Cases of grid and coordinate basis alignment, grid non-aligned with coordinate basis (upper), grid aligned with coordinate basis (middle), and grid aligned with coordinate basis and grid corner on coordinate basis origin (x = 0, y = 0, and z = 0) .

An axes aligned grid has the following aspects:

• the x, y, and z coordinate axes (the basis of the Euclidian space) are aligned with the grid x, y, and z orientations.

Often it is convenient to assign the basis origin (0,0,0) on a corner of the grid. The convention of Geo-DAS grids is that the grid origin is the intersection of the left (lowest value in x), lower (lowest value in y), bottom (lowest value in z) extents of the grid.

• in this case, because the grid is cell-centered the aligned grid origin parameters (xmn, ymn and zmn) are not set to the basis origin (0,0,0) but instead to the cell center such that the grid corner is on the basis origin,

Illustration as origin cell (ix = 1, iy = 1, and iz = 1) with grid corner at x = 0, y = 0, and z = 0, the origin cell center, xmn, ymn and zmn is half the cell sizes, xsiz, ysiz and zsiz, in the x, y and z axes).

• as shown above, for the case of grid corner at x = 0, y = 0, and z = 0, the origin cell centers are calculated as,

\[ xmn = \frac{xsiz}{2} \quad ymn = \frac{ysiz}{2} \quad zmn = \frac{zsiz}{2} \]

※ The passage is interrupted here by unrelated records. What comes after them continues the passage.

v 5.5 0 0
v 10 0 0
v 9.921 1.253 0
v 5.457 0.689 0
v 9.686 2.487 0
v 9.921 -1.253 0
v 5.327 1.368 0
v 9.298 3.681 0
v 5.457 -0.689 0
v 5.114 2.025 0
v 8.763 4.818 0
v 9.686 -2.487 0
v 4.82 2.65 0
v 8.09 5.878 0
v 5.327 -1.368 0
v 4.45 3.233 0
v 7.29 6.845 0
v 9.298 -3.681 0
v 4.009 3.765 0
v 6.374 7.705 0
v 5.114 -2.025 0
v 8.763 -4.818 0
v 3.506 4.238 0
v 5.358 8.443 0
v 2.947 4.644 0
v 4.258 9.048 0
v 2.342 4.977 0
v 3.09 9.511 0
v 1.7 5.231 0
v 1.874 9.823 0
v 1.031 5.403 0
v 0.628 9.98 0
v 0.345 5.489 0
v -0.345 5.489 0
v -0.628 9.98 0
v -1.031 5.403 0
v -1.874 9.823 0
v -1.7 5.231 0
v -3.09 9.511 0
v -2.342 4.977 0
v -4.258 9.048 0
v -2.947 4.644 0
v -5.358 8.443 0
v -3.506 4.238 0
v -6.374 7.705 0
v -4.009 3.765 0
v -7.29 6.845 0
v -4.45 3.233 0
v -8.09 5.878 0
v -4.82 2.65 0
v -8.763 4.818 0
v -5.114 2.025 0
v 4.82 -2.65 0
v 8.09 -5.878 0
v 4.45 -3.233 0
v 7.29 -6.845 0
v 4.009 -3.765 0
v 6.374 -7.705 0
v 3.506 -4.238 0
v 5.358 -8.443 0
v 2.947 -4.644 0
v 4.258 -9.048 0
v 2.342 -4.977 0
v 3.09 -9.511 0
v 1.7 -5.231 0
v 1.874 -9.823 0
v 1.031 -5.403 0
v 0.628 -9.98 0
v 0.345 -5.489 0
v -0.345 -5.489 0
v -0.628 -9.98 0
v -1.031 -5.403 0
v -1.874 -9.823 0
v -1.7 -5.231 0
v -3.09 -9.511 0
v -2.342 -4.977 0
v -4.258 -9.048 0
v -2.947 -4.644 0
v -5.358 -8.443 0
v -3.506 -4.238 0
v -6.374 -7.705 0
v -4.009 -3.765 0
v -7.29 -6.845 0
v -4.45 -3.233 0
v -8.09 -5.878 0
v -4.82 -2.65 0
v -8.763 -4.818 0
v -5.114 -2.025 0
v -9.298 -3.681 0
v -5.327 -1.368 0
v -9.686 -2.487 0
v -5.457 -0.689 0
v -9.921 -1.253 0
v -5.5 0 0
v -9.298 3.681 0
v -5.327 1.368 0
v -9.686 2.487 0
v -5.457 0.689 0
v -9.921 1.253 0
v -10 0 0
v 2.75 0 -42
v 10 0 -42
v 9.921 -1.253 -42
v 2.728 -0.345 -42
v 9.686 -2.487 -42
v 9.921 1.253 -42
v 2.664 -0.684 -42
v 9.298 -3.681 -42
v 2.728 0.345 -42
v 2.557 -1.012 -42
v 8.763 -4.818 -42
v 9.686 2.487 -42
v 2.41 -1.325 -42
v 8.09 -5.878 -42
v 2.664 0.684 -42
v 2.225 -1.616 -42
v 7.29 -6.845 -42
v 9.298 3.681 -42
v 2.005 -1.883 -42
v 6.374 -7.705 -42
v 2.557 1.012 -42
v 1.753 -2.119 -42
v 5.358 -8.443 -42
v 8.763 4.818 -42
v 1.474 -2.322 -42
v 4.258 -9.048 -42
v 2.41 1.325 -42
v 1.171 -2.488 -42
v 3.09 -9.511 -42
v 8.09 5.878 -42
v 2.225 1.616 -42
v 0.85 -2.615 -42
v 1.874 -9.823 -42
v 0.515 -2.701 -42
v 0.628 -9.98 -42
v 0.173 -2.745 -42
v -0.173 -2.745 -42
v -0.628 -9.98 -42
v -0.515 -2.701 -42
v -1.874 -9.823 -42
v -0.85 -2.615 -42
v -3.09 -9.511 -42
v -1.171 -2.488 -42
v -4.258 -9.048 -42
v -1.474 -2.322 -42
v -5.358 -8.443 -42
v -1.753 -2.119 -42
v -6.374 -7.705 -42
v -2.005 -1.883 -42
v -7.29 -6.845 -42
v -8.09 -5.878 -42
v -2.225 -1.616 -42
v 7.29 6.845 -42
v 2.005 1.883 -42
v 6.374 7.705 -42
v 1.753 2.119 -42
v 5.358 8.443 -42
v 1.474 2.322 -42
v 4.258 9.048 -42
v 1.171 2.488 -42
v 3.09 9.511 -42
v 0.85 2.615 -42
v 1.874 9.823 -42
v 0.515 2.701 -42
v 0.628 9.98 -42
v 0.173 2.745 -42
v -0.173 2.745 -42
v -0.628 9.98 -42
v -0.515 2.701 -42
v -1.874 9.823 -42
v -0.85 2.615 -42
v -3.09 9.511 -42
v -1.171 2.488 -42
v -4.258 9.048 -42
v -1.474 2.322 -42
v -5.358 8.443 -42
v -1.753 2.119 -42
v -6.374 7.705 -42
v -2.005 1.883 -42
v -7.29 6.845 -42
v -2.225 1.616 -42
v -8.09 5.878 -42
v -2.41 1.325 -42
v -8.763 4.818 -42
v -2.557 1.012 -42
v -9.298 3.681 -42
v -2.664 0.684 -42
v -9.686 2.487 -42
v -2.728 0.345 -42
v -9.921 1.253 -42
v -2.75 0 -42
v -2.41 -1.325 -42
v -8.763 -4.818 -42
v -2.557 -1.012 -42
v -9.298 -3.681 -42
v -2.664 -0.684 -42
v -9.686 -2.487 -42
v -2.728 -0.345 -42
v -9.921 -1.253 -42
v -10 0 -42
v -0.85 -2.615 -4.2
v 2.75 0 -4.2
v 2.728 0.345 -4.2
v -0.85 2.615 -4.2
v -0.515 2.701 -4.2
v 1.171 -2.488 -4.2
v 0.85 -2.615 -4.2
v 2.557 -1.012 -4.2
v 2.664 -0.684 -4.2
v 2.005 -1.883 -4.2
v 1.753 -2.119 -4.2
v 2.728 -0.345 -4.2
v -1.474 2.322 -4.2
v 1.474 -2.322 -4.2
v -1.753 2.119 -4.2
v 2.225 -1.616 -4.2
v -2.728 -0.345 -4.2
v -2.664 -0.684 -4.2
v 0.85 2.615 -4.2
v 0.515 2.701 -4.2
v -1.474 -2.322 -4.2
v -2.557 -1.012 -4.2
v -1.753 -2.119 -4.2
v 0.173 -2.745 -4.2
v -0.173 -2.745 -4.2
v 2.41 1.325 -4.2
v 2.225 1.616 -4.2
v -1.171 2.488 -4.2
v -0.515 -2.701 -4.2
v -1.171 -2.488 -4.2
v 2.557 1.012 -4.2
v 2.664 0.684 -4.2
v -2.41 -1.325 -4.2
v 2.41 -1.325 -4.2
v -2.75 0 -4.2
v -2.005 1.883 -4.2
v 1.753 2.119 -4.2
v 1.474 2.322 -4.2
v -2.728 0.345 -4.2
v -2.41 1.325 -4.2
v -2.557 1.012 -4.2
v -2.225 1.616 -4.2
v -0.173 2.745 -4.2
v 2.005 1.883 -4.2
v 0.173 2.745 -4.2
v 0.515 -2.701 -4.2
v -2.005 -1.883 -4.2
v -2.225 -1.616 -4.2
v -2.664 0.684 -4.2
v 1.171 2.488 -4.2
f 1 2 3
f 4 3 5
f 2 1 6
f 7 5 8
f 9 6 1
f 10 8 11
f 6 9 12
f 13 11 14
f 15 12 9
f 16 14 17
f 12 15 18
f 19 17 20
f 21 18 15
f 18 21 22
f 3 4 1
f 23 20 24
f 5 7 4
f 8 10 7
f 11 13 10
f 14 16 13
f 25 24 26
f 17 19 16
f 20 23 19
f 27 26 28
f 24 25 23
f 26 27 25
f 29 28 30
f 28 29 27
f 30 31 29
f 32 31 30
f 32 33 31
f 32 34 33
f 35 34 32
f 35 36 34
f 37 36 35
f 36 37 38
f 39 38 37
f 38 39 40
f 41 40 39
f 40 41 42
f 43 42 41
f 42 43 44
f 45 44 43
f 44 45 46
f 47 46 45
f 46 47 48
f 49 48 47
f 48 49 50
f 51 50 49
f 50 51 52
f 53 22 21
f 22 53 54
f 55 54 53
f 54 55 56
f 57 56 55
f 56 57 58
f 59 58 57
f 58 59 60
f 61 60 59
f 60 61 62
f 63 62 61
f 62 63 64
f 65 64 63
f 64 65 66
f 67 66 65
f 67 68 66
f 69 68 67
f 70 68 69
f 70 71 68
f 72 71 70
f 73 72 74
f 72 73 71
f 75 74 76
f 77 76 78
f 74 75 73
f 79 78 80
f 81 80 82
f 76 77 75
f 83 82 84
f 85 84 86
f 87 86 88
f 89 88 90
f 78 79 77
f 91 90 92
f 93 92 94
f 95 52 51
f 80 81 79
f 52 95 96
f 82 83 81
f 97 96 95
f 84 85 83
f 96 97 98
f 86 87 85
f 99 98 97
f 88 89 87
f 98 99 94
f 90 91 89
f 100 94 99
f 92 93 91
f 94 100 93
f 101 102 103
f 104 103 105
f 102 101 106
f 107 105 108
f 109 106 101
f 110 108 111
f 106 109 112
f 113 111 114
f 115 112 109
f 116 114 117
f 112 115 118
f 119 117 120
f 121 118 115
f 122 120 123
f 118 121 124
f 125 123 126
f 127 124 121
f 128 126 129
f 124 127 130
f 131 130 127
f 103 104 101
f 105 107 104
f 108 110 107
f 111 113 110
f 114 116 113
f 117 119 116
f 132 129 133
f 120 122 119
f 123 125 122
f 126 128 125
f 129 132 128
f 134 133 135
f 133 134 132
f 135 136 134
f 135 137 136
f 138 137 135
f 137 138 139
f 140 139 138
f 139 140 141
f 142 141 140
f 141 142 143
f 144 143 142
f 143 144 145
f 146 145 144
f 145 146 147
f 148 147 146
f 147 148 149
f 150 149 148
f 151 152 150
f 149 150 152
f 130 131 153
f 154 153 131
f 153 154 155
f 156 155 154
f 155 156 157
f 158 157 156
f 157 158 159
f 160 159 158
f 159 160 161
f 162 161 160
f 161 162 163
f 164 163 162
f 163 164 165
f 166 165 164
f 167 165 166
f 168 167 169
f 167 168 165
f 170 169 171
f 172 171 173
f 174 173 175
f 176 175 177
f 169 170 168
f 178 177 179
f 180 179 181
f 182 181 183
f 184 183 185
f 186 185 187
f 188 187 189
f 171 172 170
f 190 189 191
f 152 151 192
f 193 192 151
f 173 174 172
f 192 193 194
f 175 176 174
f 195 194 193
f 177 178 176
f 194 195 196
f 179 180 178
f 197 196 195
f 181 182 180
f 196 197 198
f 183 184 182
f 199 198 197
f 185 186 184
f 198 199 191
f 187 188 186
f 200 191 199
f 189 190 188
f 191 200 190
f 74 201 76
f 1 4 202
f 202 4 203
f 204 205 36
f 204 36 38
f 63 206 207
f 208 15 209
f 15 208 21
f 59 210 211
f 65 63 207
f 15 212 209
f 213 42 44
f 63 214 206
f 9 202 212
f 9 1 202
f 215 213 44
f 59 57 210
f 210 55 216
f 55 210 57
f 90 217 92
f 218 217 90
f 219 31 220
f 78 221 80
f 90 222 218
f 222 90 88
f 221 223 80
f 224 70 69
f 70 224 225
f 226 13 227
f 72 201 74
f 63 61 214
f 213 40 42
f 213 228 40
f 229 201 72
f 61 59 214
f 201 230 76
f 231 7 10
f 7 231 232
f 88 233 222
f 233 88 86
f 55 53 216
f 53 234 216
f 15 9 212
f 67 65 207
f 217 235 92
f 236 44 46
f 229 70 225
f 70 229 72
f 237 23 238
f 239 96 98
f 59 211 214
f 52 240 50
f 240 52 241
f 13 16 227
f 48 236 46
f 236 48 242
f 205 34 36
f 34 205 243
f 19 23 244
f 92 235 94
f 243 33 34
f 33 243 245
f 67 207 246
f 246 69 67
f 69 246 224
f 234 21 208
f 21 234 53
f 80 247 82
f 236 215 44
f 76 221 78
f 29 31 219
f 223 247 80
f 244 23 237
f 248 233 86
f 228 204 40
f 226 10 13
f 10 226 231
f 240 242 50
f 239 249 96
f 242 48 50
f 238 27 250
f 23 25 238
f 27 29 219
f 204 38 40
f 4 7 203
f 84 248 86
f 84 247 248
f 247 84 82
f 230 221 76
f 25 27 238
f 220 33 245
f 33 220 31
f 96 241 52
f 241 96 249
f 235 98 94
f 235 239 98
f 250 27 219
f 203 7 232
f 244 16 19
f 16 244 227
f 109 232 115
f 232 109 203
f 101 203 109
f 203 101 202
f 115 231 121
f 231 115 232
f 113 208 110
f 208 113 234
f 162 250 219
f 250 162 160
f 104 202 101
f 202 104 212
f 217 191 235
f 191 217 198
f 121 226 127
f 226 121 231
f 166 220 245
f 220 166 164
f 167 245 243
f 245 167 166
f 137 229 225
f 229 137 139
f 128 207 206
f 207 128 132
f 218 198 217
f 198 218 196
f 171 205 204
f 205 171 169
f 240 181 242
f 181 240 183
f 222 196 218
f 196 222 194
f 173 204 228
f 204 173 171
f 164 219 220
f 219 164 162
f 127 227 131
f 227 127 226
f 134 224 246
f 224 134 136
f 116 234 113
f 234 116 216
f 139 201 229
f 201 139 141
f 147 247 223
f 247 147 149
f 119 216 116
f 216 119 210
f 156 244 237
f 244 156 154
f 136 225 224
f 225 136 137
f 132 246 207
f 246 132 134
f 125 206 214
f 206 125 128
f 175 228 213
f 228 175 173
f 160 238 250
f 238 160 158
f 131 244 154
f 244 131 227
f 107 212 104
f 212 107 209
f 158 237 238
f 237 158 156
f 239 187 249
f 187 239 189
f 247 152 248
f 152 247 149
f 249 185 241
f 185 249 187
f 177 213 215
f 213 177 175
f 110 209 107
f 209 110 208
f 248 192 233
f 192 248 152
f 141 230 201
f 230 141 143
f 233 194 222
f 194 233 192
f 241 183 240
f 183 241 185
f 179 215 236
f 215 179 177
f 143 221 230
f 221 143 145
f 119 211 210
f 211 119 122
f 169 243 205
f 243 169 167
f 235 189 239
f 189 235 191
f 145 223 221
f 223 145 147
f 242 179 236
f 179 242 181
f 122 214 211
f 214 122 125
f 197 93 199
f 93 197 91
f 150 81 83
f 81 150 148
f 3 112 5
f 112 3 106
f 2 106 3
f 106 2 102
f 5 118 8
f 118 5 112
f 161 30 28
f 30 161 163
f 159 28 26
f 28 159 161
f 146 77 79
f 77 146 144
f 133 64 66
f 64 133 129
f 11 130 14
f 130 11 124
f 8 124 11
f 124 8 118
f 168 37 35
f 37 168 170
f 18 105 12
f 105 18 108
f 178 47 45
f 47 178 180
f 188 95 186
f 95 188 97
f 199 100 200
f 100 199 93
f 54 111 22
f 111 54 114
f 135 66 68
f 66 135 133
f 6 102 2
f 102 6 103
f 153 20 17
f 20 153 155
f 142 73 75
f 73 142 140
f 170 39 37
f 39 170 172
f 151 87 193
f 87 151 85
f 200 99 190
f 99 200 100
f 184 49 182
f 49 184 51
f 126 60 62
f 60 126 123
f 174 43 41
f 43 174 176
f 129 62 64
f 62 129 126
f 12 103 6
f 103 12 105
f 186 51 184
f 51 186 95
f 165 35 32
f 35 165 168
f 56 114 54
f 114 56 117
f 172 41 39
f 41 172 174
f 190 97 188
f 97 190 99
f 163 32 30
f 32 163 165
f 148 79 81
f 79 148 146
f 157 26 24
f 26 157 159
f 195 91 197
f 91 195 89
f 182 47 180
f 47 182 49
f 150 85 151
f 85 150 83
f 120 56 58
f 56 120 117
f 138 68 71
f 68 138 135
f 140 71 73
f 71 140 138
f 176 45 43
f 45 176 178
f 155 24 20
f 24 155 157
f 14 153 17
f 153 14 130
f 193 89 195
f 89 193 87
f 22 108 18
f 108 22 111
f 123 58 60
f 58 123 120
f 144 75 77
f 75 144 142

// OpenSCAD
$fn = 50;


difference() {
	union() {
		translate(v = [0, 0, -42.0000000000]) {
			cylinder(h = 42, r = 10.0000000000);
		}
		cylinder(h = 0, r = 19.0000000000);
	}
	union() {
		translate(v = [0, 0, 0]) {
			rotate(a = [0, 0, 0]) {
				difference() {
					union() {
						#translate(v = [0, 0, -42.0000000000]) {
							cylinder(h = 42, r = 2.2500000000);
						}
						#translate(v = [0, 0, -4.2000000000]) {
							cylinder(h = 4.2000000000, r = 10.0000000000, r1 = 2.7500000000, r2 = 5.5000000000);
						}
						#translate(v = [0, 0, -42.0000000000]) {
							cylinder(h = 42, r = 2.7500000000);
						}
						#translate(v = [0, 0, -42.0000000000]) {
							cylinder(h = 42, r = 2.2500000000);
						}
					}
					union();
				}
			}
		}
	}
}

• Of course, the grid could be translated and this translation is reflected in the xmn, ymn and zmn values above, but this may complicate debugging and may even cause floating point errors if the values of the original coordinate system are very large.

Finally, the grid is flattened. This is a bit complicated, but I can summarize the concept as the grid is conformable with the stratigraphic surface (top and/or base) and is projected such that the conformable stratigraphic layers are flat. In other words, the model and data are projected into a cuboid shaped grid model.

• if you are familiar with the concept of applying a datum to correct a dataset or visualization, this process is similar in result.

Here’s an illustration of flattening,

Flattening a grid aligned with coordinate basis (upper) projected to a flattened grid aligned with the coordinate basis (lower).

• we always have a mapped top and base surfaces over the areal extent of the model to define the volume of interest in the vertical direction. Given, this we often fit (stretch and squeeze) the model grid within these bounding surfaces at all locations, this is called the proportional stratal correlation style.

Original data and model space with stratigraphic correlation (upper) to a proportional flattened grid (lower).

• more complicated stratal correlation styles such as truncated (conformable to the base surface and cut by the top surface) or onlap (conformable to the top surface and cut by the base surface) are possible, but require careful assignment of nz and zsiz to appropriately fill the space.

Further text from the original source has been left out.